Here are my initial test results. I tested the water again an hour or two after adding Tetra SafeStart and my betta fish - just to see what would happen... The results were the same.










Here he is in his new home! He seems to be doing well. He swam around for a while, exploring his new surroundings... Now he's resting near the top of the tank.





























Sent from my iPhone using Tapatalk


----------



## 206Betta (Jan 28, 2016)

Nice looking fish and setup! Good to see that you got the API test kit too. Really helps in monitoring everything. 

I usually wait a day before testing just so that I get more accurate results. Are you using any water conditioner? If so, what kind? Your ammonia levels are pretty high.


----------



## ashleynicol3 (Feb 23, 2016)

I used Prime, but he doesn't look too good this morning. The ammonia levels are still too high, so I added more Prime. I could do a water change, but I've gotta go to work and I'm not sure it would help because the readings above were before I had added anything to the water, so wouldn't adding new water with the same readings be just as bad?


Sent from my iPhone using Tapatalk


----------



## ashleynicol3 (Feb 23, 2016)

I thought the ammonia level was OK because Prime is meant to detoxify ammonia, not remove it - but maybe I was wrong? I feel terrible. Maybe I shouldn't have added him to the tank yet. I thought it would be fine with Prime + SafeStart. He's still alive and he doesn't look TOO bad, but he keeps kind of falling over.  He can swim to the top for air, but he's mostly just resting on the bottom.

I had added 10 drops of Prime for my 5 gallon tank. I added another 10 this morning. Maybe my water is too hard and I need to double that or something? Can you go overboard with Prime?
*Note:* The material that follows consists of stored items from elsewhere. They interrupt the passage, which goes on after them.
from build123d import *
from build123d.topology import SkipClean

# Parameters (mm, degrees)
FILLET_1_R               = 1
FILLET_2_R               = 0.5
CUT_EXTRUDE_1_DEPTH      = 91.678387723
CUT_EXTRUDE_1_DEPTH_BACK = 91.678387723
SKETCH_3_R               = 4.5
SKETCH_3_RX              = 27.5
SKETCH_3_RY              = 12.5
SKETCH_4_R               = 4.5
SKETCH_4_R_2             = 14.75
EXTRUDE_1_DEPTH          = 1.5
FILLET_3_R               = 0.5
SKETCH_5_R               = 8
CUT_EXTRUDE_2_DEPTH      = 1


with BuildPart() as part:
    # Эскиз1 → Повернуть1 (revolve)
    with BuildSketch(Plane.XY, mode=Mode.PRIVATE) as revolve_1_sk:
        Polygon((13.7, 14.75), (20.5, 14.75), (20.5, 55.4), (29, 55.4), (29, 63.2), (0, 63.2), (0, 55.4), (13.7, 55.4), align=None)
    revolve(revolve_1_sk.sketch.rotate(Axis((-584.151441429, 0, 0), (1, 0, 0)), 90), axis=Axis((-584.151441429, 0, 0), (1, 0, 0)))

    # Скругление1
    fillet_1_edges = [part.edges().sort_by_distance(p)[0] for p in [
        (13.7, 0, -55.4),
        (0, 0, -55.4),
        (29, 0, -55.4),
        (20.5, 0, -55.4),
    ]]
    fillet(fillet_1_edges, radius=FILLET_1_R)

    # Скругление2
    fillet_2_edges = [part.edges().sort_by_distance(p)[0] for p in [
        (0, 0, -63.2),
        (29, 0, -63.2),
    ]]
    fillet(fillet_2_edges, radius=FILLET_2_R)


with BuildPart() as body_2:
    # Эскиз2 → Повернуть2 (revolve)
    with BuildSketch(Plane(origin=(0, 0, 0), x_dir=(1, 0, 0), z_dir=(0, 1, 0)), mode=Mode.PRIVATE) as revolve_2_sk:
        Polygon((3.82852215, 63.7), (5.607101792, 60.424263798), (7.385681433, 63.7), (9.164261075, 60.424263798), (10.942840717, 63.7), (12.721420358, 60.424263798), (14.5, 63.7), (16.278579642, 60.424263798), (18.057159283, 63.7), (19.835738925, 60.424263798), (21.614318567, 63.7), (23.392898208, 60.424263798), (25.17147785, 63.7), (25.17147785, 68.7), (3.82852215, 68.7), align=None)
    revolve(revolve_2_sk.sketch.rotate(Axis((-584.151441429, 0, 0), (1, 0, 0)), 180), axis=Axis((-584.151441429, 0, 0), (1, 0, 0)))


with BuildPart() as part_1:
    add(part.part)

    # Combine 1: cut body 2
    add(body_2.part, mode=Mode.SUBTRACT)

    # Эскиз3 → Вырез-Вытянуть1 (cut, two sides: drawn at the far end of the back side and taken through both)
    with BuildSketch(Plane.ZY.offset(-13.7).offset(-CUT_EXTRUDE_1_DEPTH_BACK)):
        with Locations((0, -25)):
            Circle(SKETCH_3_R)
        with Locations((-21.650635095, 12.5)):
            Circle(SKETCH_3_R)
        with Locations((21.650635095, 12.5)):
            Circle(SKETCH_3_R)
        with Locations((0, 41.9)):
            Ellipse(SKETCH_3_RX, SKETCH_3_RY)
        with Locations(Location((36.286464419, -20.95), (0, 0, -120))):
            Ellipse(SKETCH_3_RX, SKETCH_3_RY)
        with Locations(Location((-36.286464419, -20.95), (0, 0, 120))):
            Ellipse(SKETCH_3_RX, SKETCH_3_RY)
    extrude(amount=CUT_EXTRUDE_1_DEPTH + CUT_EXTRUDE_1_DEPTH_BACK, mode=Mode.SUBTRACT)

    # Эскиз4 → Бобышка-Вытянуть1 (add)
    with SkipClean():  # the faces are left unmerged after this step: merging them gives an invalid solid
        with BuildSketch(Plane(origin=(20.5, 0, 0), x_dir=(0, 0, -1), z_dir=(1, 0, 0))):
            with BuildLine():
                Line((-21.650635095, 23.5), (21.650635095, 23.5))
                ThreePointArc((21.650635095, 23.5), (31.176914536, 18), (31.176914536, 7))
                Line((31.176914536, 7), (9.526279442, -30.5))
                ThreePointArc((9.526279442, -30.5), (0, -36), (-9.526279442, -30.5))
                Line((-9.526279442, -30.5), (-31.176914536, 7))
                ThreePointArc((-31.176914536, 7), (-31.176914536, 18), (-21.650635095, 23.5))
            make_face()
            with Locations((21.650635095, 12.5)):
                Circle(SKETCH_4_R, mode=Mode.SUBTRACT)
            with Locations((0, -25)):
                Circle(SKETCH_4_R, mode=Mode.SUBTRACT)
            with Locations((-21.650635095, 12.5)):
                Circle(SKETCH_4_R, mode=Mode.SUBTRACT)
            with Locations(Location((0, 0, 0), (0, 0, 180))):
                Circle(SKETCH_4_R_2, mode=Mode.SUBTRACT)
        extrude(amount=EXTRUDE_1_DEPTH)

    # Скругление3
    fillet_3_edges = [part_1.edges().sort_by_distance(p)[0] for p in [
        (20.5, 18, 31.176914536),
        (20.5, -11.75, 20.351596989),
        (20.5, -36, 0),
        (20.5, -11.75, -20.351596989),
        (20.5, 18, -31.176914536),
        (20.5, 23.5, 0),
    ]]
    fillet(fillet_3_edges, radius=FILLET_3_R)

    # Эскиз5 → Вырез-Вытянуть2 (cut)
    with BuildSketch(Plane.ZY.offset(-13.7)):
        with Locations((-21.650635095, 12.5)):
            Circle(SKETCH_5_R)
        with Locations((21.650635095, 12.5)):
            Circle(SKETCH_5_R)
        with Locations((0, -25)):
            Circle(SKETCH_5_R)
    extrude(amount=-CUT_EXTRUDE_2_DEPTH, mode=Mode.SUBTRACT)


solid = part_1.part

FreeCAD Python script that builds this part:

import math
import FreeCAD as App
import Part
import Sketcher

V = App.Vector
Q = App.Units.Quantity


def edges_at(feature, points):
    """Names of the edges that pass closest to the given points."""
    edges = feature.Shape.Edges
    near = lambda p: min(range(len(edges)), key=lambda i: edges[i].distToShape(Part.Vertex(*p))[0])
    return sorted({f"Edge{near(p) + 1}" for p in points})


def add_polygon(sketch, points):
    """Adds a closed chain of lines whose ends are joined by coincident constraints."""
    first, n = sketch.GeometryCount, len(points)
    for a, b in zip(points, points[1:] + points[:1]):
        sketch.addGeometry(Part.LineSegment(App.Vector(*a, 0), App.Vector(*b, 0)), False)
    for i in range(n):
        sketch.addConstraint(Sketcher.Constraint("Coincident", first + i, 2, first + (i + 1) % n, 1))

doc = App.newDocument("Part")
params = doc.addObject("Spreadsheet::Sheet", "Params")
for row, (alias, value) in enumerate([
    ("sketch1_width", "29 mm"),
    ("sketch1_width2", "6.8 mm"),
    ("sketch1_width3", "8.5 mm"),
    ("sketch1_height", "7.8 mm"),
    ("sketch1_height2", "40.65 mm"),
    ("revolution_angle", "360 deg"),
    ("fillet_radius", "1 mm"),
    ("fillet2_radius", "0.5 mm"),
    ("sketch2_height", "5 mm"),
    ("revolution2_angle", "360 deg"),
    ("sketch3_diameter", "9 mm"),
    ("sketch4_diameter", "9 mm"),
    ("sketch4_radius", "11 mm"),
    ("sketch4_diameter2", "29.5 mm"),
    ("pad1_length", "1.5 mm"),
    ("fillet3_radius", "0.5 mm"),
    ("sketch5_diameter", "16 mm"),
    ("pocket2_length", "1 mm"),
], start=1):
    params.set(f"A{row}", alias)
    params.set(f"B{row}", "=" + value)
    params.setAlias(f"B{row}", alias)

body = doc.addObject("PartDesign::Body", "Body")

# Sketch on XY plane
sketch1 = body.newObject("Sketcher::SketchObject", "Sketch")
sketch1.AttachmentSupport = (doc.getObject("XY_Plane"), [""])
sketch1.MapMode = "FlatFace"
add_polygon(sketch1, [(14, 15), (20, 15), (20, 55), (29, 55), (29, 63), (0, 63), (0, 55), (14, 55)])  # lines 0-7
sketch1.addConstraint(Sketcher.Constraint("Horizontal", 0))
sketch1.addConstraint(Sketcher.Constraint("Vertical", 1))
sketch1.addConstraint(Sketcher.Constraint("Horizontal", 2))
sketch1.addConstraint(Sketcher.Constraint("Vertical", 3))
sketch1.addConstraint(Sketcher.Constraint("Horizontal", 4))
sketch1.addConstraint(Sketcher.Constraint("Vertical", 5))
sketch1.addConstraint(Sketcher.Constraint("Horizontal", 6))
sketch1.addConstraint(Sketcher.Constraint("Vertical", 7))
sketch1.addConstraint(Sketcher.Constraint("PointOnObject", 4, 2, -2))
sketch1.addConstraint(Sketcher.Constraint("Horizontal", 2, 2, 5, 2))
sketch1.addConstraint(Sketcher.Constraint("DistanceX", 4, 2, 4, 1, 29.0))
sketch1.addConstraint(Sketcher.Constraint("DistanceX", 0, 1, 0, 2, 6.8))
sketch1.addConstraint(Sketcher.Constraint("DistanceX", 2, 1, 2, 2, 8.5))
sketch1.addConstraint(Sketcher.Constraint("DistanceY", 3, 1, 3, 2, 7.8))
sketch1.addConstraint(Sketcher.Constraint("DistanceY", 1, 1, 1, 2, 40.65))
sketch1.addConstraint(Sketcher.Constraint("DistanceY", -1, 1, 1, 2, 55.4))
sketch1.setExpression("Constraints[18]", "Params.sketch1_width")
sketch1.setExpression("Constraints[19]", "Params.sketch1_width2")
sketch1.setExpression("Constraints[20]", "Params.sketch1_width3")
sketch1.setExpression("Constraints[21]", "Params.sketch1_height")
sketch1.setExpression("Constraints[22]", "Params.sketch1_height2")
revolution = body.newObject("PartDesign::Revolution", "Revolution")
revolution.Profile = sketch1
revolution.ReferenceAxis = (sketch1, ["H_Axis"])
revolution.setExpression("Angle", "Params.revolution_angle")
doc.recompute()

fillet = body.newObject("PartDesign::Fillet", "Fillet")
fillet.Base = (revolution, edges_at(revolution, [
    (13.7, 0, -55.4),
    (0, 0, -55.4),
    (29, 0, -55.4),
    (20.5, 0, -55.4),
]))
fillet.setExpression("Radius", "Params.fillet_radius")
doc.recompute()

fillet2 = body.newObject("PartDesign::Fillet", "Fillet001")
fillet2.Base = (fillet, edges_at(fillet, [(0, 0, -63.2), (29, 0, -63.2)]))
fillet2.setExpression("Radius", "Params.fillet2_radius")
body2 = doc.addObject("PartDesign::Body", "Body001")

# Sketch on XZ plane
sketch2 = body2.newObject("Sketcher::SketchObject", "Sketch001")
sketch2.AttachmentSupport = (doc.getObject("XZ_Plane001"), [""])
sketch2.MapMode = "FlatFace"
add_polygon(sketch2, [(3.8, -63.7), (5.6, -60.4), (7.4, -63.7), (9.2, -60.4), (10.9, -63.7), (12.7, -60.4), (14.5, -63.7), (16.3, -60.4), (18.1, -63.7), (19.8, -60.4), (21.6, -63.7), (23.4, -60.4), (25.2, -63.7), (25.2, -68.7), (3.8, -68.7)])  # lines 0-14
sketch2.addConstraint(Sketcher.Constraint("Vertical", 12))
sketch2.addConstraint(Sketcher.Constraint("Horizontal", 13))
sketch2.addConstraint(Sketcher.Constraint("Vertical", 14))
sketch2.addConstraint(Sketcher.Constraint("Parallel", 0, 2))
sketch2.addConstraint(Sketcher.Constraint("Parallel", 1, 3))
sketch2.addConstraint(Sketcher.Constraint("Parallel", 2, 4))
sketch2.addConstraint(Sketcher.Constraint("Parallel", 3, 5))
sketch2.addConstraint(Sketcher.Constraint("Parallel", 4, 6))
sketch2.addConstraint(Sketcher.Constraint("Parallel", 5, 7))
sketch2.addConstraint(Sketcher.Constraint("Parallel", 6, 8))
sketch2.addConstraint(Sketcher.Constraint("Parallel", 7, 9))
sketch2.addConstraint(Sketcher.Constraint("Parallel", 8, 10))
sketch2.addConstraint(Sketcher.Constraint("Parallel", 9, 11))
sketch2.addConstraint(Sketcher.Constraint("Horizontal", 0, 2, 2, 2))
sketch2.addConstraint(Sketcher.Constraint("Horizontal", 1, 2, 3, 2))
sketch2.addConstraint(Sketcher.Constraint("Horizontal", 2, 2, 4, 2))
sketch2.addConstraint(Sketcher.Constraint("Horizontal", 3, 2, 5, 2))
sketch2.addConstraint(Sketcher.Constraint("Horizontal", 4, 2, 6, 2))
sketch2.addConstraint(Sketcher.Constraint("Horizontal", 5, 2, 7, 2))
sketch2.addConstraint(Sketcher.Constraint("Horizontal", 6, 2, 8, 2))
sketch2.addConstraint(Sketcher.Constraint("Horizontal", 7, 2, 9, 2))
sketch2.addConstraint(Sketcher.Constraint("Horizontal", 8, 2, 10, 2))
sketch2.addConstraint(Sketcher.Constraint("Horizontal", 9, 2, 11, 2))
sketch2.addConstraint(Sketcher.Constraint("Horizontal", 11, 2, 14, 2))
sketch2.addConstraint(Sketcher.Constraint("Equal", 0, 1))
sketch2.addConstraint(Sketcher.Constraint("DistanceY", 12, 2, 12, 1, 5.0))
sketch2.addConstraint(Sketcher.Constraint("Angle", 0, Q("61.5 deg")))
sketch2.addConstraint(Sketcher.Constraint("DistanceY", 1, 2, -1, 1, 63.7))
sketch2.addConstraint(Sketcher.Constraint("DistanceX", -1, 1, 5, 2, 14.5))
sketch2.addConstraint(Sketcher.Constraint("DistanceX", -1, 1, 0, 2, 5.607102))
sketch2.setExpression("Constraints[40]", "Params.sketch2_height")
revolution2 = body2.newObject("PartDesign::Revolution", "Revolution001")
revolution2.Profile = sketch2
revolution2.ReferenceAxis = (sketch2, ["H_Axis"])
revolution2.setExpression("Angle", "Params.revolution2_angle")
doc.recompute()

boolean = body.newObject("PartDesign::Boolean", "Boolean")
boolean.Type = "Cut"
boolean.addObjects([body2])

# Sketch on YZ plane
sketch3 = body.newObject("Sketcher::SketchObject", "Sketch002")
sketch3.AttachmentSupport = (doc.getObject("YZ_Plane"), [""])
sketch3.MapMode = "FlatFace"
sketch3.AttachmentOffset = App.Placement(V(0, 0, 13.7), App.Rotation())
sketch3.addGeometry(Part.Circle(V(-25, 0, 0), V(0, 0, 1), 4.5), False)
sketch3.addGeometry(Part.Circle(V(12.5, -21.650635, 0), V(0, 0, 1), 4.5), False)
sketch3.addGeometry(Part.Circle(V(12.5, 21.650635, 0), V(0, 0, 1), 4.5), False)
sketch3.addGeometry(Part.Ellipse(V(41.9, 27.5, 0), V(29.4, 0, 0), V(41.9, 0, 0)), False)
sketch3.addGeometry(Part.Ellipse(V(-44.765699, 22.536464, 0), V(-14.7, 25.461147, 0), V(-20.95, 36.286464, 0)), False)
sketch3.addGeometry(Part.Ellipse(V(2.865699, -50.036464, 0), V(-14.7, -25.461147, 0), V(-20.95, -36.286464, 0)), False)
sketch3.addConstraint(Sketcher.Constraint("Block", 3))
sketch3.addConstraint(Sketcher.Constraint("Block", 4))
sketch3.addConstraint(Sketcher.Constraint("Block", 5))
sketch3.addConstraint(Sketcher.Constraint("Equal", 0, 1))
sketch3.addConstraint(Sketcher.Constraint("Equal", 1, 2))
sketch3.addConstraint(Sketcher.Constraint("Symmetric", 1, 3, 2, 3, -1))
sketch3.addConstraint(Sketcher.Constraint("PointOnObject", 0, 3, -1))
sketch3.addConstraint(Sketcher.Constraint("Diameter", 0, 9.0))
sketch3.addConstraint(Sketcher.Constraint("DistanceX", 0, 3, -1, 1, 25.0))
sketch3.addConstraint(Sketcher.Constraint("DistanceX", -1, 1, 1, 3, 12.5))
sketch3.addConstraint(Sketcher.Constraint("DistanceY", 1, 3, 2, 3, 43.30127))
sketch3.setExpression("Constraints[7]", "Params.sketch3_diameter")
pocket1 = body.newObject("PartDesign::Pocket", "Pocket")
pocket1.Profile = sketch3
pocket1.Type = "ThroughAll"
pocket1.Midplane = True

# Sketch on YZ plane
sketch4 = body.newObject("Sketcher::SketchObject", "Sketch003")
sketch4.AttachmentSupport = (doc.getObject("YZ_Plane"), [""])
sketch4.MapMode = "FlatFace"
sketch4.AttachmentOffset = App.Placement(V(0, 0, 20.5), App.Rotation())
sketch4.addGeometry(Part.LineSegment(V(23.5, -21.7, 0), V(23.5, 21.7, 0)), False)
sketch4.addGeometry(Part.ArcOfCircle(Part.Circle(V(12.5, 21.7, 0), V(0, 0, 1), 11), math.radians(0), math.radians(120)), False)
sketch4.addGeometry(Part.LineSegment(V(7, 31.2, 0), V(-30.5, 9.5, 0)), False)
sketch4.addGeometry(Part.ArcOfCircle(Part.Circle(V(-25, 0, 0), V(0, 0, 1), 11), math.radians(120), math.radians(240)), False)
sketch4.addGeometry(Part.LineSegment(V(-30.5, -9.5, 0), V(7, -31.2, 0)), False)
sketch4.addGeometry(Part.ArcOfCircle(Part.Circle(V(12.5, -21.7, 0), V(0, 0, 1), 11), math.radians(-120), math.radians(0)), False)
sketch4.addGeometry(Part.Circle(V(-25, 0, 0), V(0, 0, 1), 4.5), False)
If he has ammonia poisoning, will he be able to recover? I feel so terrible. I came here and really tried to do my research before getting him and I still managed to screw it up somehow. 


Sent from my iPhone using Tapatalk


----------



## ashleynicol3 (Feb 23, 2016)

Is it normal for my tap water to have such high ammonia levels right from the start? If I wanted to safely keep a fish, would I have to get bottled spring water or something?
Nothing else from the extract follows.